To test the curvature of a chip, an average temperature of 20º C is established as a rule and a 3D scanner is used that takes a topographic map of the surface. How much distance will there be from the flattest point to the highest?

Both NVIDIA and AMD have high tolerance for errors

In the example that concerns us, the curvature of the matrix is 0.068 mm , but you can find chips with greater tolerances and even so they are within what NVIDIA considers suitable for the GA102 (chip in the image) .

The image below shows precisely a curvature of no less than 0.08mm, which is still within specification, but is challenging for those designing blocks or heatsinks. The problem with this is that the deformations occur in the corners as a general rule, leaving a much larger step in certain parts of the chip in contact with the heatsink.

In the example below you can see perfectly how in one corner the die touches what would be the heatsink, represented by the black rectangle and being perfectly flat, which would leave us more than double the distance in the opposite corner if it were at level: 0.156 mm .

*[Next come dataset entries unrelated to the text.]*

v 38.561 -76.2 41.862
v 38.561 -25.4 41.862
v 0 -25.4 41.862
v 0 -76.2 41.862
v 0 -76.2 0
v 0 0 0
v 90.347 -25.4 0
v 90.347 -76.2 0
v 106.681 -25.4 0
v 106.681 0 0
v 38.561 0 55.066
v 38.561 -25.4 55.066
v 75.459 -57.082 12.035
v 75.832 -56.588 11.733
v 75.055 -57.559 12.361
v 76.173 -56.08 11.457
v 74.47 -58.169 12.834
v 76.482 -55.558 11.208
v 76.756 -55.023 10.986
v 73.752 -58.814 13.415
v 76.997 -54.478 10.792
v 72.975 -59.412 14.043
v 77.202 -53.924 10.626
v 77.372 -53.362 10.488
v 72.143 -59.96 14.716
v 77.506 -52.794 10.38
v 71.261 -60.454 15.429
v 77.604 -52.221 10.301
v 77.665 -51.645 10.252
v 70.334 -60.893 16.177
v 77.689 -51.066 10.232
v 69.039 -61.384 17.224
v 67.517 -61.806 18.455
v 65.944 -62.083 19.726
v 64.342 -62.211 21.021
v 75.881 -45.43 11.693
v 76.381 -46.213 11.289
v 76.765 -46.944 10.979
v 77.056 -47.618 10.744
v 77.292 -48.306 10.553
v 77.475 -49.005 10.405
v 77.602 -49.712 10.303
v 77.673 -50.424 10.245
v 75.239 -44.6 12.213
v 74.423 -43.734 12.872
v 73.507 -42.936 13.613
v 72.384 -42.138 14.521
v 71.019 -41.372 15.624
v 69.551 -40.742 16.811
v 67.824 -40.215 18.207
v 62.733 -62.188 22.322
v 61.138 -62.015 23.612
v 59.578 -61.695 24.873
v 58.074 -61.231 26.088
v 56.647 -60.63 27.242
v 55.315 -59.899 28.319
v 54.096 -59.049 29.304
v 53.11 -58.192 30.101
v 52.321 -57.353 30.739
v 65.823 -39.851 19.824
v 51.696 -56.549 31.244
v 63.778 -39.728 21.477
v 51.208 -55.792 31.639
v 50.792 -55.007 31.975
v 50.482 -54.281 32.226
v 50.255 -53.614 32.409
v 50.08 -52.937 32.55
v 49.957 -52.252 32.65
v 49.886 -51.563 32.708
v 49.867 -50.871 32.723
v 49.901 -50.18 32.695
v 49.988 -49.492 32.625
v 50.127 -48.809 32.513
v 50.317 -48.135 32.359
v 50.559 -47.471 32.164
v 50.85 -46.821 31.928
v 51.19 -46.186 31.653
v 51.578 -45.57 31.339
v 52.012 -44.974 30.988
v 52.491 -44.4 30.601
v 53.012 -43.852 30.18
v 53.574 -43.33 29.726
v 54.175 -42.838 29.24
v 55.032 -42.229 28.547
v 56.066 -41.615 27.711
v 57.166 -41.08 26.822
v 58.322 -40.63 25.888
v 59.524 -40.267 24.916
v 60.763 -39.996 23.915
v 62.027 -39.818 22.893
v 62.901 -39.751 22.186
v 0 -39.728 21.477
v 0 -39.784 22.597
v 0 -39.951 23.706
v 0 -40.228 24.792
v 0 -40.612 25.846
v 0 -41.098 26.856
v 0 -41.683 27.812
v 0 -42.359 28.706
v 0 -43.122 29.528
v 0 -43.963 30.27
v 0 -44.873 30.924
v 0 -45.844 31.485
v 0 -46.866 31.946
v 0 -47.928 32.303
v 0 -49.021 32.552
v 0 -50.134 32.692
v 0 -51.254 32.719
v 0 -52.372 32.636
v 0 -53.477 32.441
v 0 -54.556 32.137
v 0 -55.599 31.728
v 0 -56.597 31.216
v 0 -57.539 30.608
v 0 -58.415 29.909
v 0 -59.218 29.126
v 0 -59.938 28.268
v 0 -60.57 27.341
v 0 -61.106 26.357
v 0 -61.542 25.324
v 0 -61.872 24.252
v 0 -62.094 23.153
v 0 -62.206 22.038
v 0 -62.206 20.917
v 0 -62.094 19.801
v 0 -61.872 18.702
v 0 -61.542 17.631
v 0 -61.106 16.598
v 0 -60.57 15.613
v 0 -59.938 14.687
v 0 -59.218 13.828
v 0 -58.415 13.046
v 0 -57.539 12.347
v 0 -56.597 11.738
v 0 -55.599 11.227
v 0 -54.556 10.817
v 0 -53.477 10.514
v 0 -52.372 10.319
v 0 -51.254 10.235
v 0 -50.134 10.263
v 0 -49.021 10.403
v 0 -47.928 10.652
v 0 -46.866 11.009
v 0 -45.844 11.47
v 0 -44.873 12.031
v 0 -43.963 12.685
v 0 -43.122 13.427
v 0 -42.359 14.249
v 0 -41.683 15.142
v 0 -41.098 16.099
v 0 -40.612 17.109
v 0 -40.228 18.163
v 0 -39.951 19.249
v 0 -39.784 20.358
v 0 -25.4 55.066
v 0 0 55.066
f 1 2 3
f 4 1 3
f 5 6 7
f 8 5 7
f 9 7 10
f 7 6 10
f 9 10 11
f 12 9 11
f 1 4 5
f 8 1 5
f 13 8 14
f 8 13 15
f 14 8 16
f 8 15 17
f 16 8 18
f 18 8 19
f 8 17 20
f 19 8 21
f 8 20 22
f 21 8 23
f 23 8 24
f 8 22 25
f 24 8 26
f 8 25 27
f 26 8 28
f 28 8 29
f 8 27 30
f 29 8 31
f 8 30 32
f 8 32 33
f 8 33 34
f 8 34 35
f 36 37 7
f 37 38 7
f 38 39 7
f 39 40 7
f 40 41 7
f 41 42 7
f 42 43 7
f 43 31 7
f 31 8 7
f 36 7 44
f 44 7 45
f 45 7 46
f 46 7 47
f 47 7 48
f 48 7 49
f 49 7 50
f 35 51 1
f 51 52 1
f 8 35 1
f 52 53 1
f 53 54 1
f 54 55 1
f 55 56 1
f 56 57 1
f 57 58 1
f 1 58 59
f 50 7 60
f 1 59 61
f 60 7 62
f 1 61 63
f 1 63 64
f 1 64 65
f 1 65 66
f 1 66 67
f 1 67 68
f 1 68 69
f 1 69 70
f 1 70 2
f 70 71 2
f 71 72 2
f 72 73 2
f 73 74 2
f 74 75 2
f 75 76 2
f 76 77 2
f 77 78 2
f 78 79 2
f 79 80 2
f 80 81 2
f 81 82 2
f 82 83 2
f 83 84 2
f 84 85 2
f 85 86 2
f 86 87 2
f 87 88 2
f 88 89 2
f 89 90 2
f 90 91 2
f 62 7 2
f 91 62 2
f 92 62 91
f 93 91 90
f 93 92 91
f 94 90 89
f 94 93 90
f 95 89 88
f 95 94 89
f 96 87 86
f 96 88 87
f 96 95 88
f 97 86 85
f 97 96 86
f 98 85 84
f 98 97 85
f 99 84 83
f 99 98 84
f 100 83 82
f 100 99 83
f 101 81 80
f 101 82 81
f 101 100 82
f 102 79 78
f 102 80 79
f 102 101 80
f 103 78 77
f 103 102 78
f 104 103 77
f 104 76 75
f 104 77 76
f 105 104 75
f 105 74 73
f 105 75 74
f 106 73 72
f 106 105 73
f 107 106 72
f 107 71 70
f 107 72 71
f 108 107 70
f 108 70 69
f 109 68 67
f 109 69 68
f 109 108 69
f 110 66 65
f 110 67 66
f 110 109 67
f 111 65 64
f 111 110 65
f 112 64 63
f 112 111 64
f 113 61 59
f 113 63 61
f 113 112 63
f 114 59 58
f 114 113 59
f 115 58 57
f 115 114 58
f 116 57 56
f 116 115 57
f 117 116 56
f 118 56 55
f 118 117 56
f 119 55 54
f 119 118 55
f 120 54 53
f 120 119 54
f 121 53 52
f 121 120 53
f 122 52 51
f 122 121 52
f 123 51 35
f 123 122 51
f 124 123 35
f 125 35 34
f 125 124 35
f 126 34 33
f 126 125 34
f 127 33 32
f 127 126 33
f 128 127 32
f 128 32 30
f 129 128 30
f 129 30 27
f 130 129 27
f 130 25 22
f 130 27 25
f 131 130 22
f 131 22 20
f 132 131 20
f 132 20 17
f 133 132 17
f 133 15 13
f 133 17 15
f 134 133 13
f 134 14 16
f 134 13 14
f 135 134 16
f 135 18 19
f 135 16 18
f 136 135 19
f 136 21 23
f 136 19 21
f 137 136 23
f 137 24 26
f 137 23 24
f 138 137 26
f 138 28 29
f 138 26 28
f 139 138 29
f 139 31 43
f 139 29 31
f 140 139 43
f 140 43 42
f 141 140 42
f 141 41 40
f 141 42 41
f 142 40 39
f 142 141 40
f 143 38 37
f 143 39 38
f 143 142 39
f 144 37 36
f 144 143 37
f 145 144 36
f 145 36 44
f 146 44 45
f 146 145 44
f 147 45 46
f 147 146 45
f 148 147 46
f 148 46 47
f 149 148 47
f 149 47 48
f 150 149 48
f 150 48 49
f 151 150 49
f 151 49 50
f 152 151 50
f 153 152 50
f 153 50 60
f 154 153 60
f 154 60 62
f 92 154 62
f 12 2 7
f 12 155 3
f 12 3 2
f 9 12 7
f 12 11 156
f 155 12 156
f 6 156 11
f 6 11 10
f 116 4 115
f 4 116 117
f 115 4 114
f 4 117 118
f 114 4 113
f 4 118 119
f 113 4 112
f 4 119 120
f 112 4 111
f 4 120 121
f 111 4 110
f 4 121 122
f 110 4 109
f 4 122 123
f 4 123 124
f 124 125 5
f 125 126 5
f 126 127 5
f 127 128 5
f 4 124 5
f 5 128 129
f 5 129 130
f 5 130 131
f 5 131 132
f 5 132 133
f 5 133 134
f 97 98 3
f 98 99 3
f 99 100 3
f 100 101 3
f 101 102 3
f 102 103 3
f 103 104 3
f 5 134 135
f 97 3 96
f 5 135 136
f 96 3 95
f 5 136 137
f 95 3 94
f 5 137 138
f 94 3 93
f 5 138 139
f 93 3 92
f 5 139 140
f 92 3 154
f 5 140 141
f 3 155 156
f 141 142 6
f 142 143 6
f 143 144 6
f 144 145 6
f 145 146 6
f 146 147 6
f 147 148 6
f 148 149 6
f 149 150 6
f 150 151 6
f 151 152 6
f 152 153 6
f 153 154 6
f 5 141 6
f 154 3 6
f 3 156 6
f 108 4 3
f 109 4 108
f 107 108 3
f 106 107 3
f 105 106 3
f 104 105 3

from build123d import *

# Parameters (mm, degrees)
F1_DEPTH = 76.2
F2_DEPTH = 25.4
F3_R     = 11.245644
F4_DEPTH = 152.4


with BuildPart() as f1:
    # F0 (on Front) → F1 (new body)
    with BuildSketch(Plane.XZ):
        Polygon((0, 41.862), (0, 0), (90.346729, 0), (38.561046, 41.862), align=None)
    extrude(amount=F1_DEPTH)

    # F0 (on Front) → F2 (join)
    with BuildSketch(Plane.XZ):
        Polygon((0, 41.862), (0, 0), (90.346729, 0), (38.561046, 41.862), align=None)
        Polygon((0, 55.065785), (0, 41.862), (38.561046, 41.862), (90.346729, 0), (106.680565, 0), (38.561046, 55.065785), align=None)
    extrude(amount=F2_DEPTH)

    # F3 (on Right) → F4 (cut)
    with BuildSketch(Plane.YZ):
        with Locations((-50.974112, 21.47734)):
            Circle(F3_R)
    extrude(amount=F4_DEPTH, mode=Mode.SUBTRACT)


solid = f1.part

If this is enough, in this regard NVIDIA specifies a tolerance range of up to 0.3 mm at different points on the PCB and chip, so we are talking about a real barbarity of GAP that logically should not occur if we want a minimum contact .

But it is that if a whole PCB is analyzed, it is perfectly clear how the height differences are constant and there are almost no perfectly flat areas. In the image below, only what is painted green indicates 0.00 mm of difference, that is, total straightness.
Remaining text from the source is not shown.